The load function takes two parameters, model_path and model_root:

  • model_path indicates either the name of the model (e.g., elit_pos_flair_en_mixed_20190626) or a public URL to the model file compressed in the zip format (e.g., https://elit-models.s3-us-west-2.amazonaws.com/elit_pos_flair_en_mixed_20190626.zip).
  • model_root indicates the root directory in the local machine where all models are saved, and has the default value of ~/.elit/models/.
  • If model_path points to an URL, this function downloads the remote file and unzips it under the directory indicated by model_root, which will create a directory with the same model name (e.g., ~/.elit/models/elit_pos_flair_en_mixed_20190626/).
  • Each model directory has the configuration file, config.json, that may indicate dependencies to other models, in which case, it will recursively download all necessary models and unzip them under model_root (see Train with CLI for more details about how models are saved).

Prepare Raw Text

The followings show how to prepare raw text for decoding:

docs = [
    'Emory University is a private research university in Atlanta, Georgia. The university is ranked 21st nationally according to U.S. News.',
    'Emory University was founded in 1836 by the Methodist Episcopal Church. It was named in honor of John Emory who was a Methodist bishop.']

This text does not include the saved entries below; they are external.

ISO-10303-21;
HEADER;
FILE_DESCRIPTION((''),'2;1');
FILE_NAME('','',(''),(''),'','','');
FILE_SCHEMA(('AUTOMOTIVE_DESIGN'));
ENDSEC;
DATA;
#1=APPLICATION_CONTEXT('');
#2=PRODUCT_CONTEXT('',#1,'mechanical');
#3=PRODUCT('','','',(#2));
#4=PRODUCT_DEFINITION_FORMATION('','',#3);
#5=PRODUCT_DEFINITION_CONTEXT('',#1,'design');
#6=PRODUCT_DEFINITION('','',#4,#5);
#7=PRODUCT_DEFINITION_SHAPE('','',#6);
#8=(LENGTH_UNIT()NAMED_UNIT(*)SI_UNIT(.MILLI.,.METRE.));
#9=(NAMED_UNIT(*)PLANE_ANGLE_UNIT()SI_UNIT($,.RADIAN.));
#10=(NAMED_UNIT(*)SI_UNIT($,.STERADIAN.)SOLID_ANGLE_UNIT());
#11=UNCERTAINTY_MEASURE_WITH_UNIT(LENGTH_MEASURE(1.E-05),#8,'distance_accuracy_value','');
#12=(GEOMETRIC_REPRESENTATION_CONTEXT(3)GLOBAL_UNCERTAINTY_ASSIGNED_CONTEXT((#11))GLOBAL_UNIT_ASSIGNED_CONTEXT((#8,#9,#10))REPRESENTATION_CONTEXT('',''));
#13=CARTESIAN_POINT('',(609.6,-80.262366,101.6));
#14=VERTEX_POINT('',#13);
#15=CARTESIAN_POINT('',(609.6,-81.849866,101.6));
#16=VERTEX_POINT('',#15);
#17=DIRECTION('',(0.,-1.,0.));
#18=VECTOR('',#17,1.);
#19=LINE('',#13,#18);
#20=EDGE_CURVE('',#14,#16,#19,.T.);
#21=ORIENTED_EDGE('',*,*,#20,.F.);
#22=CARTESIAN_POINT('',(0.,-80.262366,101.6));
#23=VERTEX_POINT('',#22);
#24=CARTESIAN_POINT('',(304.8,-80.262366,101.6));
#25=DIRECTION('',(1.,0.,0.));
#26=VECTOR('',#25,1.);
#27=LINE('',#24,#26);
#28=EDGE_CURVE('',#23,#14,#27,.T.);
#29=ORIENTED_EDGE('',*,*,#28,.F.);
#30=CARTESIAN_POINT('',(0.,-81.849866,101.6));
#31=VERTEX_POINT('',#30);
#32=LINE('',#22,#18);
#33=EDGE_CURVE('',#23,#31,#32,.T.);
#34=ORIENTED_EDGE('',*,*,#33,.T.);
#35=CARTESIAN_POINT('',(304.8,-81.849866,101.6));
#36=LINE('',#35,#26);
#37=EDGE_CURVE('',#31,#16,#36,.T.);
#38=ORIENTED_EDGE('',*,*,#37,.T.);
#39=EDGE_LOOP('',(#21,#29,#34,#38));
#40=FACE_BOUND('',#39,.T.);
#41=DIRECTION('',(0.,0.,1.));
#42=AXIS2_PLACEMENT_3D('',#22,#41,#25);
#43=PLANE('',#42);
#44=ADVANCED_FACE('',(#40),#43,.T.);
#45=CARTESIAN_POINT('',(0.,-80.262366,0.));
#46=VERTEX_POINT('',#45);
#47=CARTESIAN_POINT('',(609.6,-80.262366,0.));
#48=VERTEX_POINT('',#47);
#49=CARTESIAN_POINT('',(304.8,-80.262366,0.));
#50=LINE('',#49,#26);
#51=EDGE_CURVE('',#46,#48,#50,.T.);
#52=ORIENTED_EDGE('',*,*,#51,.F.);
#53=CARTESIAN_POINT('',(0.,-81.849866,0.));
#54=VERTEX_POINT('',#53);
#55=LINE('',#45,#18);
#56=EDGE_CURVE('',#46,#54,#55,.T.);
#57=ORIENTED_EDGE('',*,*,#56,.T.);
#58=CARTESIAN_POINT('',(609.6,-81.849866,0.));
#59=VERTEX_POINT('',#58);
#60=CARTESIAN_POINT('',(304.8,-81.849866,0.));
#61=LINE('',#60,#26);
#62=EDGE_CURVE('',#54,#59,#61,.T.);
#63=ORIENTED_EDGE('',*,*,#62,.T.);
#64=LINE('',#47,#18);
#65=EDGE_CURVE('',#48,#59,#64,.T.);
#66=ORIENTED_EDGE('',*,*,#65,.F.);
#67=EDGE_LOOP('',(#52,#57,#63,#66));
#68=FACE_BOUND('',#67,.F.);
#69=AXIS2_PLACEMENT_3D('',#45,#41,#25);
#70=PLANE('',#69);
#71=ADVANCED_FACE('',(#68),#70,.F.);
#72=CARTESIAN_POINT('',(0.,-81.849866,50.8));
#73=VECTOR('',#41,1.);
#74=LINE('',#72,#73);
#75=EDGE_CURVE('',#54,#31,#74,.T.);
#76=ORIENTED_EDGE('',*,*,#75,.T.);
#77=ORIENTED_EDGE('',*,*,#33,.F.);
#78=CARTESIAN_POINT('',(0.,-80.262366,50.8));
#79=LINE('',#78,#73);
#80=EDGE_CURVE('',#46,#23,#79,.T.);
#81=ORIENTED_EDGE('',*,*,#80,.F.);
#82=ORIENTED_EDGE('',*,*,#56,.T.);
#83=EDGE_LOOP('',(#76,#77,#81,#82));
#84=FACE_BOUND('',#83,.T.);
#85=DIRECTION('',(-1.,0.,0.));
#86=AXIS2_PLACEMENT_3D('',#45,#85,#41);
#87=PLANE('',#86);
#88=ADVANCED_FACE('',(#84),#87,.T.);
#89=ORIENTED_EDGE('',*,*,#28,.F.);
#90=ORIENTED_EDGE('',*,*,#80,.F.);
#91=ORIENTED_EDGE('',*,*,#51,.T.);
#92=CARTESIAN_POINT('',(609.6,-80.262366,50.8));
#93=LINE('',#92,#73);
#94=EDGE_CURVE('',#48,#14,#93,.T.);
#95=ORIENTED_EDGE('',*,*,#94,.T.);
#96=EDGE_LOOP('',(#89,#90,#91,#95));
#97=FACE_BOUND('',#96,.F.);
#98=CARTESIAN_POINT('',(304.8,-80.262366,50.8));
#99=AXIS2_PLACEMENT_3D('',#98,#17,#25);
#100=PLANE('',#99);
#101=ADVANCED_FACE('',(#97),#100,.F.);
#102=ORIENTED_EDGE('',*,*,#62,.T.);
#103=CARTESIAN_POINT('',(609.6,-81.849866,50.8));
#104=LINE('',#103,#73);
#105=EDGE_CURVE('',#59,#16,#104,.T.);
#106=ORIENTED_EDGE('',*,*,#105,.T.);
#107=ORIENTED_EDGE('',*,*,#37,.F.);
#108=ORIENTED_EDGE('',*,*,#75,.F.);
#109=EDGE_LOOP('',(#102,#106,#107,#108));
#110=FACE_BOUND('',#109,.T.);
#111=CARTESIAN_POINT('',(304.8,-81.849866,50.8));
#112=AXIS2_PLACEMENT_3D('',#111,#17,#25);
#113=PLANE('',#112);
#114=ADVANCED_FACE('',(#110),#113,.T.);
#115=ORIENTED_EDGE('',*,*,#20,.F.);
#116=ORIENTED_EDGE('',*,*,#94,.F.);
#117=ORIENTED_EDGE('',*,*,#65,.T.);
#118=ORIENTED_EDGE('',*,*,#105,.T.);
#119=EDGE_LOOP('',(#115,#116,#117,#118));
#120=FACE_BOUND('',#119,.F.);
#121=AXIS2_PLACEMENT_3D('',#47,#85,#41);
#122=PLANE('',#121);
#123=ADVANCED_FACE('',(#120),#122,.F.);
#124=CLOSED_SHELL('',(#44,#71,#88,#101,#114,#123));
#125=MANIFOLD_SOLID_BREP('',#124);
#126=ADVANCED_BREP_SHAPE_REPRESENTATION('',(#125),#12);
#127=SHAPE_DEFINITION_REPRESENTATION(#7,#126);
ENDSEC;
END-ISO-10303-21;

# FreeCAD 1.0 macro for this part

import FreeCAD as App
import Part
import Sketcher
Q = App.Units.Quantity


def add_polygon(sketch, points):
    """Adds a closed chain of lines whose ends are joined by coincident constraints."""
    first, n = sketch.GeometryCount, len(points)
    for a, b in zip(points, points[1:] + points[:1]):
        sketch.addGeometry(Part.LineSegment(App.Vector(*a, 0), App.Vector(*b, 0)), False)
    for i in range(n):
        sketch.addConstraint(Sketcher.Constraint("Coincident", first + i, 2, first + (i + 1) % n, 1))

doc = App.newDocument("Part")
body = doc.addObject("PartDesign::Body", "Body")

# Sketch on XZ plane
sketch1 = doc.addObject("Sketcher::SketchObject", "Sketch")
body.addObject(sketch1)
sketch1.AttachmentSupport = (doc.XZ_Plane, [""])
sketch1.MapMode = "FlatFace"
sketch1.AttachmentOffset = App.Placement(App.Vector(0, 0, 80.262366), App.Rotation())
add_polygon(sketch1, [(0, 101.6), (0, 0), (609.6, 0), (609.6, 101.6)])  # lines 0-3
sketch1.addConstraint([
    Sketcher.Constraint("Vertical", 0),
    Sketcher.Constraint("Horizontal", 1),
    Sketcher.Constraint("Vertical", 2),
    Sketcher.Constraint("Horizontal", 3),
    Sketcher.Constraint("Coincident", 0, 2, -1, 1),
    Sketcher.Constraint("DistanceX", 1, 1, 1, 2, Q("24 in")),
    Sketcher.Constraint("DistanceY", 0, 2, 0, 1, Q("4 in")),
])
pad1 = doc.addObject("PartDesign::Pad", "Pad")
body.addObject(pad1)
pad1.Profile = sketch1
pad1.Length = Q("0.0625 in")

doc.recompute()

ELIT accepts a list of strings as input, where each string represents a document such that there are two documents in docs.

Decode with NLP Tools

Finally, the followings show how to decode the raw text with the NLP tools:

for tool in tools:
    docs = tool.decode(docs)

The decode function in the tokenizer takes a list of strings and returns a list of Document, whereas the decode functions in other models take a list of document objects and return a list of the same objects where the decoding results are added as distinct fields (see the NLP Output below).

All Together

The followings put all the codes together:

from elit.component import EnglishTokenizer
from elit.component import EnglishMorphAnalyzer
from elit.component import POSFlairTagger
from elit.component import NERFlairTagger
from elit.component import DEPBiaffineParser
from elit.component import SDPBiaffineParser

from elit.resources.pre_trained_models import ELIT_POS_FLAIR_EN_MIXED
from elit.resources.pre_trained_models import ELIT_NER_FLAIR_EN_ONTONOTES
from elit.resources.pre_trained_models import ELIT_DEP_BIAFFINE_EN_MIXED
from elit.resources.pre_trained_models import ELIT_SDP_BIAFFINE_EN_MIXED

tok = EnglishTokenizer()
morph = EnglishMorphAnalyzer()
pos = POSFlairTagger().load(ELIT_POS_FLAIR_EN_MIXED)
ner = NERFlairTagger().load(ELIT_NER_FLAIR_EN_ONTONOTES)
dep = DEPBiaffineParser().load(ELIT_DEP_BIAFFINE_EN_MIXED)
sdp = SDPBiaffineParser().load(ELIT_SDP_BIAFFINE_EN_MIXED)

tools = [tok, pos, morph, ner, dep, sdp]

docs = [
    'Emory University is a private research university in Atlanta, Georgia. The university is ranked 21st nationally according to U.S. News.',
    'Emory University was founded in 1836 by the Methodist Episcopal Church. It was named in honor of John Emory who was a Methodist bishop.']

for tool in tools:
    docs = tool.decode(docs)

print(docs)

NLP Output

The followings show the printed output of the above code:

To be filled

See the Formats page for more details about how the decoding results are added to Document.